“There’s been times when I was fired from gigs because, lets say I had the ability to get my foot in the door, but wasn’t living up to the expectations that people had. In that process I’d go through a lot of reassessment and then address my weak points and make them strong points. That’s a situation that happens to a lot of musicians.
Psychologically you can’t let that get you down. You have to use those situations as learning opportunities, not to develop attitudes about people, but to develop a perspective of your strengths and weaknesses. At those times I did a lot of deep analysis of my playing and tried to be as objective as possible. I’ve tried to address my weaknesses and really work hard to develop them into strengths.
Over the years I’ve been let go for not having good time, not being able to play with a click track, not being a real asset as a guy on the road that has a good attitude, you know any number of things which I’ve learned from and developed my playing and developed my personality to be easy to work with and professional as a musician on tour and in the studio.”

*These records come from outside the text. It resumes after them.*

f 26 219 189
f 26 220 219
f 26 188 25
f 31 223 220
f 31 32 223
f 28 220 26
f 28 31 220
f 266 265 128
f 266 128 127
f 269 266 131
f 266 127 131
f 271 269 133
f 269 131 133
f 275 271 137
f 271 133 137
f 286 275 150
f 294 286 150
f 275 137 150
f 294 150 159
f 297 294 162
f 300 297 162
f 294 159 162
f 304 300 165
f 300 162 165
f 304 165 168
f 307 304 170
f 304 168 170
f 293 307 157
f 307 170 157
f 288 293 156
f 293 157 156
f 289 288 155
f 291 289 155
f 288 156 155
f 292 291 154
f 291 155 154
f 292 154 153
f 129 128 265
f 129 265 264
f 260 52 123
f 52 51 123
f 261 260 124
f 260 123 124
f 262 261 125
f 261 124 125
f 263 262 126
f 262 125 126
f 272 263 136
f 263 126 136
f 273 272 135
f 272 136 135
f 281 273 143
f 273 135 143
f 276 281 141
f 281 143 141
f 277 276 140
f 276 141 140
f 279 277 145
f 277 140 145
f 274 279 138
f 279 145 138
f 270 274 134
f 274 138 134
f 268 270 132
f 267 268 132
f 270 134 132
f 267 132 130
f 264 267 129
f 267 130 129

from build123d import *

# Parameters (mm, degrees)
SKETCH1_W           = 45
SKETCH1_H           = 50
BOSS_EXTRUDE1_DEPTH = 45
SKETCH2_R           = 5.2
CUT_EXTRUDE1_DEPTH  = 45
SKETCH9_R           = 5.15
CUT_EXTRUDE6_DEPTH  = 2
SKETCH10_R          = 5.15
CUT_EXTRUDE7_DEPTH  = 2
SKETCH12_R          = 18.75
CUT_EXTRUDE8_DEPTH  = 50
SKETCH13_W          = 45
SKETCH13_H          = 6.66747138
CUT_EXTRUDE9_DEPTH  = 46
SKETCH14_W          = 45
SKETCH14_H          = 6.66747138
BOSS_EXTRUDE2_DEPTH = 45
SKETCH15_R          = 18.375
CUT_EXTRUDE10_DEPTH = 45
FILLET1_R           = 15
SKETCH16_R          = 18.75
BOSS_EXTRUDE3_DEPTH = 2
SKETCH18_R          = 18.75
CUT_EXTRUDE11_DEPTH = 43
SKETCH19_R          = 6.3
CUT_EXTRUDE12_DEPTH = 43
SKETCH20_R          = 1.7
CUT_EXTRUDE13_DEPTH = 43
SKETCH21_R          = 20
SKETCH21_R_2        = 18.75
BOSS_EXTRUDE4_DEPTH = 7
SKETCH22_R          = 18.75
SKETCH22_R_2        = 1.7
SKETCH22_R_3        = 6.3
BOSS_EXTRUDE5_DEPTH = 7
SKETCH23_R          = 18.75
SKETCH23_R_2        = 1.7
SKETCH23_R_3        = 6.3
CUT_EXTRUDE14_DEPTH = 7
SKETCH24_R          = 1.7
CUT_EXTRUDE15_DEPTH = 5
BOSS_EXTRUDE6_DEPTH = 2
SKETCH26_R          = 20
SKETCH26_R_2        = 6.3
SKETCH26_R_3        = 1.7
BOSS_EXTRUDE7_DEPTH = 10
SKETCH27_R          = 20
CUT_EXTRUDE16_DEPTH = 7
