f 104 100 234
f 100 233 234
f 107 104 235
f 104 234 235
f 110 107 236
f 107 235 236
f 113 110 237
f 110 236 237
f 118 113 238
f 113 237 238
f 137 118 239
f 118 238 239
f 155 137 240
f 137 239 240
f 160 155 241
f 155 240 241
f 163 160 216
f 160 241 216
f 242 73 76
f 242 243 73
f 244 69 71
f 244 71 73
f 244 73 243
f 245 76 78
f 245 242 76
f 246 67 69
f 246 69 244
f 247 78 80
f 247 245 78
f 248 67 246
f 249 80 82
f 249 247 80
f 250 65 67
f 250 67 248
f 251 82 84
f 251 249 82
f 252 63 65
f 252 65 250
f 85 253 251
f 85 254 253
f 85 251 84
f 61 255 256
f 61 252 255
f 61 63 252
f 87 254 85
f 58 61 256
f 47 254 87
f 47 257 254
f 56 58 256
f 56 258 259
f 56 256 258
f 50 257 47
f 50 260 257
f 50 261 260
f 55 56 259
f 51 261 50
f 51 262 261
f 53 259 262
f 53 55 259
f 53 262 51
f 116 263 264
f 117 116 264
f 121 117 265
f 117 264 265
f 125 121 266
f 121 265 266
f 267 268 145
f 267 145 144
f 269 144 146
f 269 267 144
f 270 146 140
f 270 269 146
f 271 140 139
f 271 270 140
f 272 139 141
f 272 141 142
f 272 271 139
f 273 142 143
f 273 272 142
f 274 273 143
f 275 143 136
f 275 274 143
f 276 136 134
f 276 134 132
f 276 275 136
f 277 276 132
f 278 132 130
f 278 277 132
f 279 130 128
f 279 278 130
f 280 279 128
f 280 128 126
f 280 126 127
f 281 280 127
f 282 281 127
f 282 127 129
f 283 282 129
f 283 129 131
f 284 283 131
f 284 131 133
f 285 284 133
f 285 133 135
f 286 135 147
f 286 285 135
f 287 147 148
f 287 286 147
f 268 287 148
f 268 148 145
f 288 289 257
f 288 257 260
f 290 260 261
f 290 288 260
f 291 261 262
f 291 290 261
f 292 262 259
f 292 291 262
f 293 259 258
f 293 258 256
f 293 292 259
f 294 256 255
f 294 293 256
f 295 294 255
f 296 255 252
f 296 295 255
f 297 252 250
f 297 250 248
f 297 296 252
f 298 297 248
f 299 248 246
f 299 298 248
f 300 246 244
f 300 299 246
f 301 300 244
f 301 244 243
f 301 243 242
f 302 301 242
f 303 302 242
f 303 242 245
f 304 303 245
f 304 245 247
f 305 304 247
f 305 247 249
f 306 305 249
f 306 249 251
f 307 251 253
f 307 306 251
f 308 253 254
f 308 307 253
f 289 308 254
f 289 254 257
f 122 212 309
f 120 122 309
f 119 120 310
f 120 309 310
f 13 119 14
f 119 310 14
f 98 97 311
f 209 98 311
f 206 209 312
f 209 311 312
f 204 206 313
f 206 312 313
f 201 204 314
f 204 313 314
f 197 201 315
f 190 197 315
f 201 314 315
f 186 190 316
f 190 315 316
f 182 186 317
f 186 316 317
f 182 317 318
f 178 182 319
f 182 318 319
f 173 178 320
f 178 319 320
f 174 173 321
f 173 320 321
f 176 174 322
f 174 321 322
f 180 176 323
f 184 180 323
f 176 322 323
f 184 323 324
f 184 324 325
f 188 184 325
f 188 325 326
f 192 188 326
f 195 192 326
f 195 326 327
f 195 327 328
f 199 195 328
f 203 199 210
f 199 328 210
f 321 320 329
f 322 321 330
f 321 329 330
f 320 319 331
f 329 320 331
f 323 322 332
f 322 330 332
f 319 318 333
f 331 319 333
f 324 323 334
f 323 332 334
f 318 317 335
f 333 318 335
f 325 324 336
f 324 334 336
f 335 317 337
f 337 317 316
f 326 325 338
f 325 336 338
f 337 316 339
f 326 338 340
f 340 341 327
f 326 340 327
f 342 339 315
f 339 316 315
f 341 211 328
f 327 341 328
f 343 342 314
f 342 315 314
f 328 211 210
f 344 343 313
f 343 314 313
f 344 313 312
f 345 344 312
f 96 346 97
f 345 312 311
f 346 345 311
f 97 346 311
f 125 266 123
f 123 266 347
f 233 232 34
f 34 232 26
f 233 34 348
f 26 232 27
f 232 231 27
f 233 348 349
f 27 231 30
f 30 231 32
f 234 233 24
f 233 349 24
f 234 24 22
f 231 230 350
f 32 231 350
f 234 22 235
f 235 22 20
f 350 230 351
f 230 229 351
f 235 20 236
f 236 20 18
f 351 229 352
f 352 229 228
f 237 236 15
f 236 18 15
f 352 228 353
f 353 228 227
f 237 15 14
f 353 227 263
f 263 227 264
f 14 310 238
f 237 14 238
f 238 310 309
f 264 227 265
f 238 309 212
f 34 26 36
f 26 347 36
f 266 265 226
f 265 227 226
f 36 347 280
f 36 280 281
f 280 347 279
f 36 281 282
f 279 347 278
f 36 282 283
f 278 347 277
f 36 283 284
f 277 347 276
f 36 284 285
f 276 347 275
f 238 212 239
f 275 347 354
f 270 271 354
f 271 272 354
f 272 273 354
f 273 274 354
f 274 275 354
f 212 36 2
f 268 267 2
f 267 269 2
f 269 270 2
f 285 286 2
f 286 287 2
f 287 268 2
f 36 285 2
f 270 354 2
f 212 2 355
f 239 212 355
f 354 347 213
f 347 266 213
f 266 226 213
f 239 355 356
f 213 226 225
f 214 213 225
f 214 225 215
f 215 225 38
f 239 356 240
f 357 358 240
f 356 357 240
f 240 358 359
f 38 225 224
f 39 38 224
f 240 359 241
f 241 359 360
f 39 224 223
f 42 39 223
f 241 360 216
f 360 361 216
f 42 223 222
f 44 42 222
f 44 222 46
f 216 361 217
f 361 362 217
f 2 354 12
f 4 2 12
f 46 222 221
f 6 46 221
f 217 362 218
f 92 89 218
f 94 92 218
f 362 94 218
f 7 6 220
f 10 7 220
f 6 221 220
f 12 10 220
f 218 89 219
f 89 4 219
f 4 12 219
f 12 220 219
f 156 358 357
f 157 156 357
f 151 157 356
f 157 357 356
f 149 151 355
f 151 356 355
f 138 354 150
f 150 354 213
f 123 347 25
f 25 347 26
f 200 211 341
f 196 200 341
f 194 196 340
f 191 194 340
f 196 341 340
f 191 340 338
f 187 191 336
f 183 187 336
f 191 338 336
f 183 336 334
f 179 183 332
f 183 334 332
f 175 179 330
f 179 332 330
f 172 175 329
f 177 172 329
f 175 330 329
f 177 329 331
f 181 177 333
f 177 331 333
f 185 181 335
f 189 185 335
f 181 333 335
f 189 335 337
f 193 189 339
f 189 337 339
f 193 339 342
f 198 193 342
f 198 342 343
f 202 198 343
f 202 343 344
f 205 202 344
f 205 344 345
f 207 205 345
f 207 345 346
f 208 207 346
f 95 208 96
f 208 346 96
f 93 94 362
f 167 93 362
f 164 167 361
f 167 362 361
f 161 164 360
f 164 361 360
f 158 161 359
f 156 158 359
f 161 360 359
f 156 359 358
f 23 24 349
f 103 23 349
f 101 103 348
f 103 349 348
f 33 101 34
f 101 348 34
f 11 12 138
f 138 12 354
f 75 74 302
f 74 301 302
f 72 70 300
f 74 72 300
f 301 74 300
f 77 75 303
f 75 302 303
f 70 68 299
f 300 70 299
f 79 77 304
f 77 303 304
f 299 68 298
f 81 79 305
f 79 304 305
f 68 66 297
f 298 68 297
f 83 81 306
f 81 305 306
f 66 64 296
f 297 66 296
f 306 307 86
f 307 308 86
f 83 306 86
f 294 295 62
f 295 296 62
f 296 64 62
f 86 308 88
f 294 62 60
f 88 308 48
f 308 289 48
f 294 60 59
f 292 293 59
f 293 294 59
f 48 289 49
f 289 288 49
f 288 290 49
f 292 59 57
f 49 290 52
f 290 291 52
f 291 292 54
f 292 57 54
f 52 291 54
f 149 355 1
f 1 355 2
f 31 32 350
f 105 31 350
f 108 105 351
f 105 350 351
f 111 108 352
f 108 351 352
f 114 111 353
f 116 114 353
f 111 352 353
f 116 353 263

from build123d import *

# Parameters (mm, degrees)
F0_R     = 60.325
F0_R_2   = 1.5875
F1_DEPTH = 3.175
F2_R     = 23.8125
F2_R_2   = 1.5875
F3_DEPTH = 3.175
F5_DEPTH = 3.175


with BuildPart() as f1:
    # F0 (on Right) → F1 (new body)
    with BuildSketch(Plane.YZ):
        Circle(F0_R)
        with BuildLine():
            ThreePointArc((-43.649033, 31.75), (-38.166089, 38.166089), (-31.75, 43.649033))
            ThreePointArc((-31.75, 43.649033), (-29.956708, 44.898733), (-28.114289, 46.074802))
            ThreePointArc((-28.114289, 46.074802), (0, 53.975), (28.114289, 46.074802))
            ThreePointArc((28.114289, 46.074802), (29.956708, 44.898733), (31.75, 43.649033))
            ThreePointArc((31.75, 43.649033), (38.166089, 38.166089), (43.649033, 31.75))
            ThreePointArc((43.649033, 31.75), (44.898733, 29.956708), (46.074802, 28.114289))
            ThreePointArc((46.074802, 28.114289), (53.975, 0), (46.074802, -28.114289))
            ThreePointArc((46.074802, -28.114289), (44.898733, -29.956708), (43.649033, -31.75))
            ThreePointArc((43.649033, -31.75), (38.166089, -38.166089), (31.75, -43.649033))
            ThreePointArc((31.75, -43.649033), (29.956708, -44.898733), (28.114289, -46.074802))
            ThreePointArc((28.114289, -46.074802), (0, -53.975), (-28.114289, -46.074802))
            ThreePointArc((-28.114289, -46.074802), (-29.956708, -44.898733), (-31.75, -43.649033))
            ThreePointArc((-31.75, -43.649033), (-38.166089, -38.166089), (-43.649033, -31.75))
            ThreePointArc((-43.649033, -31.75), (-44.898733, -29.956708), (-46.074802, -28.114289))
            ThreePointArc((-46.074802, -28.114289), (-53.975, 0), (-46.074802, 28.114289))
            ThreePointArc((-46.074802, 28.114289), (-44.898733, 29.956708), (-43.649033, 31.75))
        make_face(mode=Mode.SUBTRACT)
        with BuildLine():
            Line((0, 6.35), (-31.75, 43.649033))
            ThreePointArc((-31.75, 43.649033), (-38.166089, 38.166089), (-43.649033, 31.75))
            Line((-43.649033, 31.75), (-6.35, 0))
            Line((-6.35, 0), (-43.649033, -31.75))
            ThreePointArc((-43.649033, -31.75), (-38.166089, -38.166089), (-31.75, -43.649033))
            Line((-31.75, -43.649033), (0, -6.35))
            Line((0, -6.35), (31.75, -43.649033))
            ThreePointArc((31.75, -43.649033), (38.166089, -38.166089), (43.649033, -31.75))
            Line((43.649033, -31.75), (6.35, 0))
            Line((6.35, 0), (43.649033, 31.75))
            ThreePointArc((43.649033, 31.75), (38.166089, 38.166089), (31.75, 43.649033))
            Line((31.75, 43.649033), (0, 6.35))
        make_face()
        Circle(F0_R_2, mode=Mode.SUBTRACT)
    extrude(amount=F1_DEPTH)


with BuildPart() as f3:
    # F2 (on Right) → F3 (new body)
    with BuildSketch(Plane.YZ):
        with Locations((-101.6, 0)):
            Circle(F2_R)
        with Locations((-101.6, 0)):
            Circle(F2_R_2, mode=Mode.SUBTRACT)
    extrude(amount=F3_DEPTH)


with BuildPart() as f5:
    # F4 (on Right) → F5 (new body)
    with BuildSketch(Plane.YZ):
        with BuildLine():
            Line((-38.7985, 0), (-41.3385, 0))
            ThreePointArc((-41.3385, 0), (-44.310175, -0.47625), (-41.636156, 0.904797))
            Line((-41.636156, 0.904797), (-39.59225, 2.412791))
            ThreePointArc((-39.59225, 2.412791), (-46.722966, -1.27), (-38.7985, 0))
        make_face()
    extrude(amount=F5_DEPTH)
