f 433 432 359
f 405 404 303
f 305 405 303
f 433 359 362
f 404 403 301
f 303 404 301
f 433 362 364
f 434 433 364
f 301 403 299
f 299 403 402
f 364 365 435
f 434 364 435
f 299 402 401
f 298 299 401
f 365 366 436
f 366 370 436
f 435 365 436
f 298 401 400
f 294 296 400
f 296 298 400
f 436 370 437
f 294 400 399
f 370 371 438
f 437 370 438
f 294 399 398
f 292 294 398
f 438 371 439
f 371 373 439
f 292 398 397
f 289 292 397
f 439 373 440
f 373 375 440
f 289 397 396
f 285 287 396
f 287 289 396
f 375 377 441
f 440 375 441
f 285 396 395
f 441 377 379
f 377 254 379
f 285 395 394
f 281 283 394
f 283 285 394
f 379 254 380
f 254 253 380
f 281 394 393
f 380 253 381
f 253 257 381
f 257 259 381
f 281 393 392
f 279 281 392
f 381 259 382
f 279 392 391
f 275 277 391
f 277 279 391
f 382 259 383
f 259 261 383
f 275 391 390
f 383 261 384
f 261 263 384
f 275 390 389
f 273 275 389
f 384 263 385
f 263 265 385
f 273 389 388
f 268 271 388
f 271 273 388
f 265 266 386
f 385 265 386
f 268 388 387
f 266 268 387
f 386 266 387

– Steve Smith in The Psychology of Drumming by Chris Peacock
You can download a pdf of the book on Scribd— though I don’t know if it was posted with the consent of the author. I believe Peacock is the author of the Drum Ninja site, so maybe you can get it through him, or at least make a donation for pirating his book.
Can you recommend this book?
The title sounds appealing.
Who else is in it?
Maybe we should make a list of recommended books about drumming that are not directly related to drumming itself.
There's some interesting stuff out there, but it took me years to find it.
And I'm still looking.
Hey Michael!
I was looking around for an official link to it, and couldn't find one. I probably got it off of Scribd. It's listed on Amazon, but out of stock. Seems to be connected with the Drum Ninja site, I couldn't find a link on there.
The book is OK. The interviews are really a questionnaire– questions are the same for all interviewees, no follow up. Interviewees include Mike Clark, Jimmy Cobb, Peter Erskine, Airto, Lenny White, Ed Thigpen, and a number of trendy individuals.
There are some "exercises" that aren't really exercises; they've summarized some conclusions based on the questionnaire answers, filtered through a goal-oriented self-betterment / self-help mindset. It's all mundane stuff, be confident, advance your career, be focused, take action! type of thing.
I'll put the Scribd link in the post– unless somebody can find an official way to buy it, or download it.